Paris-Brest coffee praline eclair made from
– choux pastry,
– cracker,
– coffee mousseline cream,
– hazelnut and almond praline,
– chopped hazelnuts and almonds.
Materials used
– Micro-perforated silicone baking mat
– Ancel 240 bloom gelatin
– Pastry bags
– Plain tip
Ingredients
Hazelnut and almond praline
✔100g hazelnuts
✔100g almonds
✔100g caster sugar
For the cracker
✔60g butter
✔60g flour
✔60g brown sugar
✔A few chopped hazelnuts and almonds
Choux pastry
✔60g water
✔60g milk
✔70g flour
✔55g butter
✔Salt
✔1 teaspoon sugar
✔2 or 3 eggs (depending on size)
Coffee mousseline cream
✔220ml milk
✔35g sugar
✔50g egg yolks
✔25g cornflour
✔20g butter
✔1 sheet gelatin
+
✔140g softened butter
✔Coffee extract
The recipe
For 3-4 Paris-Brest
Hazelnut and almond praline
✔100g hazelnuts
✔100g almonds
✔100g caster sugar
Pour the hazelnuts and almonds onto a baking tray and bake at 150°C for 15 minutes.

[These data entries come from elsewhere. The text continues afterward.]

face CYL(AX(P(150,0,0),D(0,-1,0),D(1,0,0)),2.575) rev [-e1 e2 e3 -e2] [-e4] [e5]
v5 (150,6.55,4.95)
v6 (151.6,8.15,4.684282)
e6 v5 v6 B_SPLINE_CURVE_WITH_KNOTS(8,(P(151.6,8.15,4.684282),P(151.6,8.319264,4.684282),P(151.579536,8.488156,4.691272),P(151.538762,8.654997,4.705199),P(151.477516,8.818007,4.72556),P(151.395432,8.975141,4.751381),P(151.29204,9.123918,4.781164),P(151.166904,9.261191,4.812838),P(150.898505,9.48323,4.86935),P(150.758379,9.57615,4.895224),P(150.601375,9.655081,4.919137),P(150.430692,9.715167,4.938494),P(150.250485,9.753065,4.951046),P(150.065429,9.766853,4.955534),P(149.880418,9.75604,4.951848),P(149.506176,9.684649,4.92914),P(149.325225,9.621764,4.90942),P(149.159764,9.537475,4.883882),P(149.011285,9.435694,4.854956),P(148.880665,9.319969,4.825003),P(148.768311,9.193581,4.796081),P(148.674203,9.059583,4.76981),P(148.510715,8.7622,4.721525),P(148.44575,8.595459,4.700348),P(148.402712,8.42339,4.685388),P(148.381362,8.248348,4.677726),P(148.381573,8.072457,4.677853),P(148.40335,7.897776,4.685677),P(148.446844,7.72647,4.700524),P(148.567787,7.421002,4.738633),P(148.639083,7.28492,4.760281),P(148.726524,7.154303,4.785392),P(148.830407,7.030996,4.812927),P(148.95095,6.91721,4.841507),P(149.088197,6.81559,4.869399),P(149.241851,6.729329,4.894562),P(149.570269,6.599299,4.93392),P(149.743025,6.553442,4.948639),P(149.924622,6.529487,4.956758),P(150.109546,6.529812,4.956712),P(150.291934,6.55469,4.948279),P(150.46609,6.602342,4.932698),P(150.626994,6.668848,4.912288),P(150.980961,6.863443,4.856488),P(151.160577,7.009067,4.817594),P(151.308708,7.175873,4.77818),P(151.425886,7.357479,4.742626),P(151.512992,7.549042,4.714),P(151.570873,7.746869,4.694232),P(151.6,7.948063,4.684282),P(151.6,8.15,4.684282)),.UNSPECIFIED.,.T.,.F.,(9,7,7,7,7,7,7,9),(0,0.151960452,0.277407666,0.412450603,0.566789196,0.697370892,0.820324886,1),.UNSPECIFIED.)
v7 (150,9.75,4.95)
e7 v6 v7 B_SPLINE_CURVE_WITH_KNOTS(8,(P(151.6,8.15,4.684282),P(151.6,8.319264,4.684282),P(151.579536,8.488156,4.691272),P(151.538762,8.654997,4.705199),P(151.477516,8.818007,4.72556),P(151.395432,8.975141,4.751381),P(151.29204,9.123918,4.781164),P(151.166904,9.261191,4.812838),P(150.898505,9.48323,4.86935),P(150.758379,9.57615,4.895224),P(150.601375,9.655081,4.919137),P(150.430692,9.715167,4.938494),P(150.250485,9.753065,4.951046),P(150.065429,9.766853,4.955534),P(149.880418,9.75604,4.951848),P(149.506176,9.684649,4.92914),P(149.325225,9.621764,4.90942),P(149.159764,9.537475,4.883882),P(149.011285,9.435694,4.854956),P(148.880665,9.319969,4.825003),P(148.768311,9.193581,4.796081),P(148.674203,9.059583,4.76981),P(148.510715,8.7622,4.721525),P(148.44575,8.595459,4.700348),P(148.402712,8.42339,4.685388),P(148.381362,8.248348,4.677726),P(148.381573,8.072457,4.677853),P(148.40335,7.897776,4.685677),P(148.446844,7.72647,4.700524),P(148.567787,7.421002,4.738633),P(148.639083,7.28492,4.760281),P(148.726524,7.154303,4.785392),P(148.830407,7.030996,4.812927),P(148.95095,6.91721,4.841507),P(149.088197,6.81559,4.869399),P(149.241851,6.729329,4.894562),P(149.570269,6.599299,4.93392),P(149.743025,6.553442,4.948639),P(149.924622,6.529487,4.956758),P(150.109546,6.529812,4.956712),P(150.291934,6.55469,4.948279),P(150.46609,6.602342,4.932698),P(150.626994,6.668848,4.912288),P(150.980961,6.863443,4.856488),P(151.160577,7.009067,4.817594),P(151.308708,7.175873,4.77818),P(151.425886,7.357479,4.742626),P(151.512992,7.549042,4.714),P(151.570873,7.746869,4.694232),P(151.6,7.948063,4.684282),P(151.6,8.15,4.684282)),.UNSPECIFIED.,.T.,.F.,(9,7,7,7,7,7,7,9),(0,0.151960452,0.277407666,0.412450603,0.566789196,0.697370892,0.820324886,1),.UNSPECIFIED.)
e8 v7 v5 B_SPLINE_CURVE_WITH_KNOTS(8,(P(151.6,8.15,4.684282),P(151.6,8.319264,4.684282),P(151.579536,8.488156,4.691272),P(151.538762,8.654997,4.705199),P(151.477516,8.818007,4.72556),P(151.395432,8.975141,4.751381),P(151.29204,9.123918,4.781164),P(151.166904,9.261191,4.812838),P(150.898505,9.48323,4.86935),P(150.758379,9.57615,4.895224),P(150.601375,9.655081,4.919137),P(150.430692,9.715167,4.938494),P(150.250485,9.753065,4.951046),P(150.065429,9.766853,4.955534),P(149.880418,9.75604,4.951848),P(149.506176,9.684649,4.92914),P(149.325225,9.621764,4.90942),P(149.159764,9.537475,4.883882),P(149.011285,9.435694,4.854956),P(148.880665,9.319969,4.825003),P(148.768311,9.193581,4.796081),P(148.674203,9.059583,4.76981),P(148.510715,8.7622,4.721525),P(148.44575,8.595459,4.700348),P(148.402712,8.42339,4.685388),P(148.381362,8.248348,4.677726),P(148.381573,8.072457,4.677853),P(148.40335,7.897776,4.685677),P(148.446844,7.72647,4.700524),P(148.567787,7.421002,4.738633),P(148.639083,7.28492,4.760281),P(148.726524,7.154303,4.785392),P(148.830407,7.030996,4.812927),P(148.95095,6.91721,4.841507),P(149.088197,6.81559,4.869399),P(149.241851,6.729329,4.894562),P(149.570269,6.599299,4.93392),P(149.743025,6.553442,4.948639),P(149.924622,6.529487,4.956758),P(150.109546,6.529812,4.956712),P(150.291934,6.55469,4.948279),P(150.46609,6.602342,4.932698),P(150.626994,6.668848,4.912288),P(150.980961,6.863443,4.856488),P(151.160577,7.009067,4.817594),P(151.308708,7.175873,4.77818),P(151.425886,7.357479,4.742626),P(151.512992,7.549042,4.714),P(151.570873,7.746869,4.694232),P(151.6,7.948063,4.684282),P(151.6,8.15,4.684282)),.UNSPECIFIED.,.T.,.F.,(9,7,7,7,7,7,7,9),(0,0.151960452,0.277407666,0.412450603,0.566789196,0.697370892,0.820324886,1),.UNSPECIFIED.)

Pour the powdered sugar into a saucepan and make a caramel. Pour onto a sheet of parchment paper and leave to cool. Place the hazelnuts (having first rubbed them to remove as much skin as possible), almonds and chopped caramel in the bowl of a blender and blend until praline is obtained. Store in a closed container. You’ll have plenty of praline left over for other recipes.
For the cracker
✔60g butter
✔60g flour
✔60g brown sugar
A few chopped hazelnuts and almonds
Mix all ingredients, spread between two sheets, place in the freezer for a few minutes, then cut to the size of your éclair. Sprinkle chopped almonds and hazelnuts over the top. Return to the freezer.
For the choux pastry
✔60g water
✔60g milk
✔70g flour
✔55g butter
✔Salt
✔1 teaspoon sugar
✔2 or 3 eggs (depending on size)
Heat the water, milk, butter, salt and sugar in a saucepan. Remove from heat and add flour all at once. Mix well to dry out the dough for 2 to 3 minutes. Add the beaten eggs gradually, mixing well between each egg. Poach 6 puffs in a row on a baking sheet lined with silpain. Add the crackers. Bake in a static-heat oven at 170°C for approx. 45 minutes (time may vary according to oven). Leave to cool.
Coffee mousseline cream
✔220ml milk
✔35g sugar
✔50g egg yolks
✔25g cornflour
✔20g butter
✔1 sheet gelatin
+
✔140g softened butter
✔Coffee extract
Heat the milk in a saucepan. In a bowl, mix yolks, sugar and cornflour. Pour over the hot milk. Return to the saucepan and heat, stirring constantly, until the cream thickens. Remove from the heat and add the gelatine, previously softened in a bowl of cold water, and the butter (20g). Place in a cool place. Work the 140g of butter into the cooled cream, then add the coffee (according to desired intensity). Mix well. Fill a pastry bag fitted with a plain tip.
Assembly:
Cut the éclairs lengthwise, poach a little praline with a piping bag, then the crème mousseline with a plain tip. Place the caps on top.